In this project, the aim was to investigate hotel booking data and build a model to predict whether a booking would be cancelled.

**Data preparation and exploration:**
- The dataset was cleaned by checking for missing values.
- The dataset was also checked for duplicate values before realising that clearing them all would be silly.
- Three new features were created (`stay_length`, `total_guests`, and `is_family`), to calculate more meaningful patterns in the data.
- Exploratory analysis showed that cancelled bookings generally had longer lead times, higher average daily rates (ADR), and fewer special requests.

**Model building and evaluation:**
- A Decision Tree model was trained using features identified during the EDA.
- The model achieved an accuracy of around *72.3%*, with a precision of *66.7%* and recall of *49.3%*.
- Comparing trees of different depths showed that deeper trees improved recall but risked overfitting, while shallower trees were simpler but less accurate.
- The confusion matrix showed that the model was better at predicting non-cancellations than cancellations, which is important context for hotel managers.

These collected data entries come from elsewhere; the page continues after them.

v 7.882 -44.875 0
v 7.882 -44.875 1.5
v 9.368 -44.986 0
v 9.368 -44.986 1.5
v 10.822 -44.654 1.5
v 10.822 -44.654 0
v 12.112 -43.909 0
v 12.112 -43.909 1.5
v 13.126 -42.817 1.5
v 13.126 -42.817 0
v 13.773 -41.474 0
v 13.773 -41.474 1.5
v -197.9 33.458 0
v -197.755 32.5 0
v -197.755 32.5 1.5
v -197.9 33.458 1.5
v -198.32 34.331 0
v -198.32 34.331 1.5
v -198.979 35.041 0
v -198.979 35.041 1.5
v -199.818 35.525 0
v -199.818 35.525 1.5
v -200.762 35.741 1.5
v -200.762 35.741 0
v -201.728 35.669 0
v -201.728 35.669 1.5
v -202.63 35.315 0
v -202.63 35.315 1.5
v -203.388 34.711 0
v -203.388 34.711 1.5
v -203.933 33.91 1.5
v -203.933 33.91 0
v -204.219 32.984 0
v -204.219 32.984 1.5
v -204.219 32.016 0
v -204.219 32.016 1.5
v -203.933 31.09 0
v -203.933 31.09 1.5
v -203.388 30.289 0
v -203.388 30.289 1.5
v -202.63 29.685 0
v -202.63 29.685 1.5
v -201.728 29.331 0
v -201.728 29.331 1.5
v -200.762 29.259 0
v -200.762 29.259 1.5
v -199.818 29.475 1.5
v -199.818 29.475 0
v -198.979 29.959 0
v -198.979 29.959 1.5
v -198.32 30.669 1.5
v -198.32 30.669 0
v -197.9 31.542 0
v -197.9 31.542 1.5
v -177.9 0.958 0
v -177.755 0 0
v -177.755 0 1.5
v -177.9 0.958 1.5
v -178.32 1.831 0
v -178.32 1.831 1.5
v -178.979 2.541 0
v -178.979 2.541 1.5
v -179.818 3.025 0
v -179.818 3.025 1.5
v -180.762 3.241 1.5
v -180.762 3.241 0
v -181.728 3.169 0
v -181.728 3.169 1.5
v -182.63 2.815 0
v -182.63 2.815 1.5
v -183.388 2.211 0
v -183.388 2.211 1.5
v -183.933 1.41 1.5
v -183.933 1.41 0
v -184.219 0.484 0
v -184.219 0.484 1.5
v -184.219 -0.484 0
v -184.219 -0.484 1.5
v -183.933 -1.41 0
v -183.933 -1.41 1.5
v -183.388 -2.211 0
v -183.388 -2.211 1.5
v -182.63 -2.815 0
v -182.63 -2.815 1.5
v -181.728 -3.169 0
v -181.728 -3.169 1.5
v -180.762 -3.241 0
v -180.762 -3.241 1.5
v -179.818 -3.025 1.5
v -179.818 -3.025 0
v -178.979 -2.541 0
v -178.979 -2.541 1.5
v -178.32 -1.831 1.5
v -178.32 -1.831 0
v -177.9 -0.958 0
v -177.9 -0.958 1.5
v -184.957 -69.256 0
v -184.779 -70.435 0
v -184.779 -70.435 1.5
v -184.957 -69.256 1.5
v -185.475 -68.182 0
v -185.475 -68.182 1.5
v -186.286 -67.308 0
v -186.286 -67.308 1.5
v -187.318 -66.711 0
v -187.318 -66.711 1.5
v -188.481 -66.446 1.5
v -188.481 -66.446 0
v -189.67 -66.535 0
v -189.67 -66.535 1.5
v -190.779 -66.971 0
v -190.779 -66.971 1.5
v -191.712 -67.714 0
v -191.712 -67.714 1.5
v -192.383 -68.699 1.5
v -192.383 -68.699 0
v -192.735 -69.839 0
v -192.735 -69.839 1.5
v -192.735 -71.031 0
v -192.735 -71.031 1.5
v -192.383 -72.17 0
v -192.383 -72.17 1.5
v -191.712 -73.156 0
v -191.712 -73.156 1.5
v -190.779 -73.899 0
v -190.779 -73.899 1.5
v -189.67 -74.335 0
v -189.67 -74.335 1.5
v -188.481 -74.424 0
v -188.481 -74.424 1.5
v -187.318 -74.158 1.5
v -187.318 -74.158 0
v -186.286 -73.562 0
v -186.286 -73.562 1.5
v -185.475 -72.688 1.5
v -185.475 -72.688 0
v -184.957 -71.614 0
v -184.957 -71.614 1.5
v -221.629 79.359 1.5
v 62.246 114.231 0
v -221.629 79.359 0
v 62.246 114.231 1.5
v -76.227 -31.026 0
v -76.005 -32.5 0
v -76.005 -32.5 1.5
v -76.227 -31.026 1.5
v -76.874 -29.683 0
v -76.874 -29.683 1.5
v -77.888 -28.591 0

**Conclusions in context:**
- The analysis suggests that lead time and special requests are strong indicators of cancellation risk.
- Hotels could use this insight to adjust policies, for example by requiring deposits for long-lead bookings or offering incentives for guests with fewer special requests to reduce cancellations.
- While the model provides useful predictions, it does not account for external factors such as economic conditions, travel restrictions, or customer behaviour outside the dataset.